The indenture also includes a covenant requiring that the company maintain a Collateral Coverage Ratio of not less than 1.50:1.00 (the “Required Collateral Coverage Ratio”) as of any test date. The Collateral Coverage Ratio is based on the ratio of (A) Grantor unrestricted cash and cash equivalents plus 4.75 multiplied by of the greater of (x) Grantor EBITDA for the most recently ended four fiscal quarters and (y) (i) the average quarterly Grantor EBITDA for the most recently ended seven fiscal quarters, multiplied by (ii) four, to (B) secured indebtedness of the Grantors. The Collateral Coverage Ratio is tested quarterly. If the Collateral Coverage Ratio is less than the Required Collateral Coverage Ratio as of any test date, and the company has not redeemed the notes within 90 days thereafter, this will be an event of default under the indenture.
If the company experiences certain kinds of changes of control, it must offer to purchase the notes at 101% of the principal amount of the notes, plus accrued and unpaid interest, if any. In addition, if the company sells assets under certain circumstances it must apply the proceeds towards an offer to repurchase notes at a price equal to par plus accrued and unpaid interest, if any.
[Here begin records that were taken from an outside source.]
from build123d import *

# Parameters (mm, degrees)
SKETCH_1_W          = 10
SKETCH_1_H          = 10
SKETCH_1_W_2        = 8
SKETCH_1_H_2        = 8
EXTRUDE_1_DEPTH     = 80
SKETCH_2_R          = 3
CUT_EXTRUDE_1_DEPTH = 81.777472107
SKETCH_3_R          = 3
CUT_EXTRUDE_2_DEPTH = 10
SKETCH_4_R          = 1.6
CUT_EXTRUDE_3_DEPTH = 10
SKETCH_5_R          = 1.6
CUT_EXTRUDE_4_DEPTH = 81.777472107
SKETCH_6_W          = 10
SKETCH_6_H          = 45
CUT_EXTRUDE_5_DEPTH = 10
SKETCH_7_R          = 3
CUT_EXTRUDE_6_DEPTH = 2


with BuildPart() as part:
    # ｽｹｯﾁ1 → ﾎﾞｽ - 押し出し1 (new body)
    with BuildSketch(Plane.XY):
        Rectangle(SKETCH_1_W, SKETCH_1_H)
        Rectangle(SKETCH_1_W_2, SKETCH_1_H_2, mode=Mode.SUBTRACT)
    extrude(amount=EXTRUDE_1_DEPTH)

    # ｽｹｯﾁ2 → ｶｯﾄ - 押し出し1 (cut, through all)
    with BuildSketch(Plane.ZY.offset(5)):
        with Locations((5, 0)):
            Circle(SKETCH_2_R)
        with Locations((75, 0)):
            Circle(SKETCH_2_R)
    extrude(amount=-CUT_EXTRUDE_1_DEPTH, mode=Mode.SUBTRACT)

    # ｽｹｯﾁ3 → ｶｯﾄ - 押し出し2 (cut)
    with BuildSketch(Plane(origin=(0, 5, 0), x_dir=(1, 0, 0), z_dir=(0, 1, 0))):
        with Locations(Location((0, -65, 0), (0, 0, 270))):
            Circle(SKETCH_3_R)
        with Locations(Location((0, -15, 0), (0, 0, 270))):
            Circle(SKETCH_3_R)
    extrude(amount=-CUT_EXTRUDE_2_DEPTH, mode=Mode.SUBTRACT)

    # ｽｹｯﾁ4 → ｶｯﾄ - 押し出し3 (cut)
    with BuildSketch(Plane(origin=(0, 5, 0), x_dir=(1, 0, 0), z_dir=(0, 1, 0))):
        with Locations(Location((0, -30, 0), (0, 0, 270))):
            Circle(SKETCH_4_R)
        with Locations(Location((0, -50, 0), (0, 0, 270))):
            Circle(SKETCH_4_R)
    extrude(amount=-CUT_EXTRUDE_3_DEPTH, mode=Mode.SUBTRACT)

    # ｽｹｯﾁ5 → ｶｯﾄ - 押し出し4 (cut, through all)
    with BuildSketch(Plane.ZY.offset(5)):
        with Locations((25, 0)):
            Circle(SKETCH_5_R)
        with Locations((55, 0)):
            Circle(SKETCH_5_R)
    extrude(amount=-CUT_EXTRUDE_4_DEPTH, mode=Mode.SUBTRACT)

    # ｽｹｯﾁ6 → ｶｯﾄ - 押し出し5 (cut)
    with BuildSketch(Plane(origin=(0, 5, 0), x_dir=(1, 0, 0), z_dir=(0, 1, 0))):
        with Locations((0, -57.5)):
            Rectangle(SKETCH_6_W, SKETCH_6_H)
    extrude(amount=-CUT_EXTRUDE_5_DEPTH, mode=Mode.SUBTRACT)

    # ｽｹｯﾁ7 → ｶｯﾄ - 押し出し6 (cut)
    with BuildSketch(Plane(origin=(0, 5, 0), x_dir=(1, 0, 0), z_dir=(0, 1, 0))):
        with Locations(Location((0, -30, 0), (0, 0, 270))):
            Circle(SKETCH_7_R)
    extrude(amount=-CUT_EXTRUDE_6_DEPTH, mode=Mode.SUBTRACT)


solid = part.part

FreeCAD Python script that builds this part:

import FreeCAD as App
import Part
import Sketcher
from FreeCAD import Vector
Q = App.Units.Quantity

doc = App.newDocument("Part")
params = doc.addObject("Spreadsheet::Sheet", "Params")
for row, (alias, value) in enumerate([
    ("sketch1_width", "10 mm"),
    ("sketch1_width2", "8 mm"),
    ("pad1_length", "80 mm"),
    ("sketch2_diameter", "6 mm"),
    ("sketch3_diameter", "6 mm"),
    ("pocket2_length", "10 mm"),
    ("sketch4_diameter", "3.2 mm"),
    ("pocket3_length", "10 mm"),
    ("sketch5_diameter", "3.2 mm"),
    ("sketch6_width", "10 mm"),
    ("sketch6_height", "45 mm"),
    ("pocket5_length", "10 mm"),
    ("sketch7_diameter", "6 mm"),
    ("pocket6_length", "2 mm"),
], start=1):
    params.set(f"A{row}", alias)
    params.set(f"B{row}", "=" + value)
    params.setAlias(f"B{row}", alias)

body = doc.addObject("PartDesign::Body", "Body")

sketch1 = doc.addObject("Sketcher::SketchObject", "Sketch")
body.addObject(sketch1)
sketch1.AttachmentSupport = (doc.XY_Plane, [""])
sketch1.MapMode = "FlatFace"
sketch1.addGeometry([
    Part.LineSegment(Vector(-5, 5, 0), Vector(-5, -5, 0)),
    Part.LineSegment(Vector(-5, -5, 0), Vector(5, -5, 0)),
    Part.LineSegment(Vector(5, -5, 0), Vector(5, 5, 0)),
    Part.LineSegment(Vector(5, 5, 0), Vector(-5, 5, 0)),
    Part.LineSegment(Vector(4, -4, 0), Vector(-4, -4, 0)),
    Part.LineSegment(Vector(-4, -4, 0), Vector(-4, 4, 0)),
    Part.LineSegment(Vector(-4, 4, 0), Vector(4, 4, 0)),
    Part.LineSegment(Vector(4, 4, 0), Vector(4, -4, 0)),
], False)
sketch1.addConstraint([
    Sketcher.Constraint("Coincident", 0, 2, 1, 1),
    Sketcher.Constraint("Coincident", 1, 2, 2, 1),
    Sketcher.Constraint("Coincident", 2, 2, 3, 1),
    Sketcher.Constraint("Coincident", 3, 2, 0, 1),
    Sketcher.Constraint("Coincident", 4, 2, 5, 1),
    Sketcher.Constraint("Coincident", 5, 2, 6, 1),
    Sketcher.Constraint("Coincident", 6, 2, 7, 1),
    Sketcher.Constraint("Coincident", 7, 2, 4, 1),
    Sketcher.Constraint("Vertical", 0),
    Sketcher.Constraint("Horizontal", 1),
    Sketcher.Constraint("Vertical", 2),
    Sketcher.Constraint("Horizontal", 3),
    Sketcher.Constraint("Horizontal", 4),
    Sketcher.Constraint("Vertical", 5),
    Sketcher.Constraint("Horizontal", 6),
    Sketcher.Constraint("Vertical", 7),
    Sketcher.Constraint("Symmetric", 0, 2, 2, 2, -1, 1),
    Sketcher.Constraint("Symmetric", 4, 2, 6, 2, -1, 1),
    Sketcher.Constraint("Equal", 3, 0),
    Sketcher.Constraint("Equal", 6, 5),
    Sketcher.Constraint("DistanceX", 1, 1, 1, 2, Q("10 mm")),
    Sketcher.Constraint("DistanceX", 4, 2, 4, 1, Q("8 mm")),
])
sketch1.setExpression("Constraints[20]", "Params.sketch1_width")
sketch1.setExpression("Constraints[21]", "Params.sketch1_width2")
pad1 = doc.addObject("PartDesign::Pad", "Pad")
body.addObject(pad1)
pad1.Profile = sketch1
pad1.setExpression("Length", "Params.pad1_length")

sketch2 = doc.addObject("Sketcher::SketchObject", "Sketch001")
body.addObject(sketch2)
sketch2.AttachmentSupport = (doc.YZ_Plane, [""])
sketch2.MapMode = "FlatFace"
sketch2.AttachmentOffset = App.Placement(Vector(0, 0, -5), App.Rotation())
sketch2.addGeometry([
    Part.Circle(Vector(0, 5, 0), Vector(0, 0, 1), 3),
    Part.Circle(Vector(0, 75, 0), Vector(0, 0, 1), 3),
], False)
sketch2.addConstraint([
    Sketcher.Constraint("Equal", 0, 1),
    Sketcher.Constraint("PointOnObject", 0, 3, -2),
    Sketcher.Constraint("PointOnObject", 1, 3, -2),
    Sketcher.Constraint("Diameter", 0, Q("6 mm")),
    Sketcher.Constraint("DistanceY", -1, 1, 0, 3, Q("5 mm")),
    Sketcher.Constraint("DistanceY", -1, 1, 1, 3, Q("75 mm")),
])
sketch2.setExpression("Constraints[3]", "Params.sketch2_diameter")
pocket1 = doc.addObject("PartDesign::Pocket", "Pocket")
body.addObject(pocket1)
pocket1.Profile = sketch2
pocket1.Type = "ThroughAll"
pocket1.Reversed = True

sketch3 = doc.addObject("Sketcher::SketchObject", "Sketch002")
body.addObject(sketch3)
sketch3.AttachmentSupport = (doc.XZ_Plane, [""])
sketch3.MapMode = "FlatFace"
sketch3.AttachmentOffset = App.Placement(Vector(0, 0, -5), App.Rotation())
sketch3.addGeometry([
    Part.Circle(Vector(0, 65, 0), Vector(0, 0, 1), 3),
    Part.Circle(Vector(0, 15, 0), Vector(0, 0, 1), 3),
], False)
sketch3.addConstraint([
    Sketcher.Constraint("Equal", 0, 1),
    Sketcher.Constraint("PointOnObject", 0, 3, -2),
    Sketcher.Constraint("PointOnObject", 1, 3, -2),
    Sketcher.Constraint("Diameter", 0, Q("6 mm")),
    Sketcher.Constraint("DistanceY", -1, 1, 0, 3, Q("65 mm")),
    Sketcher.Constraint("DistanceY", -1, 1, 1, 3, Q("15 mm")),
])
sketch3.setExpression("Constraints[3]", "Params.sketch3_diameter")
pocket2 = doc.addObject("PartDesign::Pocket", "Pocket001")
body.addObject(pocket2)
pocket2.Profile = sketch3
pocket2.setExpression("Length", "Params.pocket2_length")
pocket2.Reversed = True

sketch4 = doc.addObject("Sketcher::SketchObject", "Sketch003")
body.addObject(sketch4)
sketch4.AttachmentSupport = (doc.XZ_Plane, [""])
sketch4.MapMode = "FlatFace"
sketch4.AttachmentOffset = App.Placement(Vector(0, 0, -5), App.Rotation())
sketch4.addGeometry([
    Part.Circle(Vector(0, 30, 0), Vector(0, 0, 1), 1.6),
    Part.Circle(Vector(0, 50, 0), Vector(0, 0, 1), 1.6),
], False)
sketch4.addConstraint([
    Sketcher.Constraint("Equal", 0, 1),
    Sketcher.Constraint("PointOnObject", 0, 3, -2),
    Sketcher.Constraint("PointOnObject", 1, 3, -2),
    Sketcher.Constraint("Diameter", 0, Q("3.2 mm")),
    Sketcher.Constraint("DistanceY", -1, 1, 0, 3, Q("30 mm")),
    Sketcher.Constraint("DistanceY", -1, 1, 1, 3, Q("50 mm")),
])
sketch4.setExpression("Constraints[3]", "Params.sketch4_diameter")
pocket3 = doc.addObject("PartDesign::Pocket", "Pocket002")
body.addObject(pocket3)
pocket3.Profile = sketch4
pocket3.setExpression("Length", "Params.pocket3_length")
pocket3.Reversed = True

sketch5 = doc.addObject("Sketcher::SketchObject", "Sketch004")
body.addObject(sketch5)
sketch5.AttachmentSupport = (doc.YZ_Plane, [""])
sketch5.MapMode = "FlatFace"
sketch5.AttachmentOffset = App.Placement(Vector(0, 0, -5), App.Rotation())
sketch5.addGeometry([
    Part.Circle(Vector(0, 25, 0), Vector(0, 0, 1), 1.6),
    Part.Circle(Vector(0, 55, 0), Vector(0, 0, 1), 1.6),
], False)
sketch5.addConstraint([
    Sketcher.Constraint("Equal", 0, 1),
    Sketcher.Constraint("PointOnObject", 0, 3, -2),
    Sketcher.Constraint("PointOnObject", 1, 3, -2),
    Sketcher.Constraint("Diameter", 0, Q("3.2 mm")),
    Sketcher.Constraint("DistanceY", -1, 1, 0, 3, Q("25 mm")),
    Sketcher.Constraint("DistanceY", -1, 1, 1, 3, Q("55 mm")),
])
sketch5.setExpression("Constraints[3]", "Params.sketch5_diameter")
pocket4 = doc.addObject("PartDesign::Pocket", "Pocket003")
body.addObject(pocket4)
pocket4.Profile = sketch5
pocket4.Type = "ThroughAll"
pocket4.Reversed = True

sketch6 = doc.addObject("Sketcher::SketchObject", "Sketch005")
body.addObject(sketch6)
sketch6.AttachmentSupport = (doc.XZ_Plane, [""])
sketch6.MapMode = "FlatFace"
sketch6.AttachmentOffset = App.Placement(Vector(0, 0, -5), App.Rotation())
sketch6.addGeometry([
    Part.LineSegment(Vector(-5, 35, 0), Vector(-5, 80, 0)),
    Part.LineSegment(Vector(-5, 80, 0), Vector(5, 80, 0)),
    Part.LineSegment(Vector(5, 80, 0), Vector(5, 35, 0)),
    Part.LineSegment(Vector(5, 35, 0), Vector(-5, 35, 0)),
], False)
sketch6.addConstraint([
    Sketcher.Constraint("Coincident", 0, 2, 1, 1),
    Sketcher.Constraint("Coincident", 1, 2, 2, 1),
    Sketcher.Constraint("Coincident", 2, 2, 3, 1),
    Sketcher.Constraint("Coincident", 3, 2, 0, 1),
    Sketcher.Constraint("Vertical", 0),
    Sketcher.Constraint("Horizontal", 1),
    Sketcher.Constraint("Vertical", 2),
    Sketcher.Constraint("Horizontal", 3),
    Sketcher.Constraint("DistanceX", 1, 1, 1, 2, Q("10 mm")),
    Sketcher.Constraint("DistanceY", 0, 1, 0, 2, Q("45 mm")),
    Sketcher.Constraint("DistanceX", 0, 2, -1, 1, Q("5 mm")),
    Sketcher.Constraint("DistanceY", -1, 1, 0, 2, Q("80 mm")),
])
sketch6.setExpression("Constraints[8]", "Params.sketch6_width")
sketch6.setExpression("Constraints[9]", "Params.sketch6_height")
pocket5 = doc.addObject("PartDesign::Pocket", "Pocket004")
body.addObject(pocket5)
pocket5.Profile = sketch6
pocket5.setExpression("Length", "Params.pocket5_length")
pocket5.Reversed = True

sketch7 = doc.addObject("Sketcher::SketchObject", "Sketch006")
body.addObject(sketch7)
sketch7.AttachmentSupport = (doc.XZ_Plane, [""])
sketch7.MapMode = "FlatFace"
sketch7.AttachmentOffset = App.Placement(Vector(0, 0, -5), App.Rotation())
sketch7.addGeometry(Part.Circle(Vector(0, 30, 0), Vector(0, 0, 1), 3), False)
sketch7.addConstraint([
    Sketcher.Constraint("PointOnObject", 0, 3, -2),
    Sketcher.Constraint("Diameter", 0, Q("6 mm")),
    Sketcher.Constraint("DistanceY", -1, 1, 0, 3, Q("30 mm")),
])
sketch7.setExpression("Constraints[1]", "Params.sketch7_diameter")
pocket6 = doc.addObject("PartDesign::Pocket", "Pocket005")
body.addObject(pocket6)
pocket6.Profile = sketch7
pocket6.setExpression("Length", "Params.pocket6_length")
pocket6.Reversed = True

doc.recompute()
The indenture also provides for events of default, which, if any of them occurs, would permit or require the principal, premium, if any, interest and any other monetary obligations on all the then outstanding notes to be due and payable immediately.
On May 8, 2017, the company redeemed all of its then outstanding 6.25% senior notes due 2017. As a result of this redemption, the company recognized a charge of $1.5 million in “Other income (expense), net” in the three months ended June 30, 2017, which is comprised of $1.3 million of premium and expenses paid and $0.2 million for the write off of unamortized discount and fees related to the portion of the notes redeemed.
For the three months ended June 30, 2017 and 2016, $4.7 million and $4.5 million, respectively, was recorded as interest expense on the convertible notes due 2021, which includes the contractual interest coupon: (2017 - $2.9 million, 2016 - $2.9 million), amortization of the debt discount: (2017 - $1.5 million, 2016 - $1.3 million), and amortization of the debt issuance costs: (2017 - $0.3 million, 2016 - $0.3 million).
For the six months ended June 30, 2017 and 2016, $9.4 million and $5.2 million, respectively, was recorded as interest expense on the convertible notes due 2021, which includes the contractual interest coupon: (2017 - $5.9 million, 2016 - $3.4 million), amortization of the debt discount: (2017 - $2.9 million, 2016 - $1.5 million), and amortization of the debt issuance costs: (2017 - $0.6 million, 2016 - $0.3 million).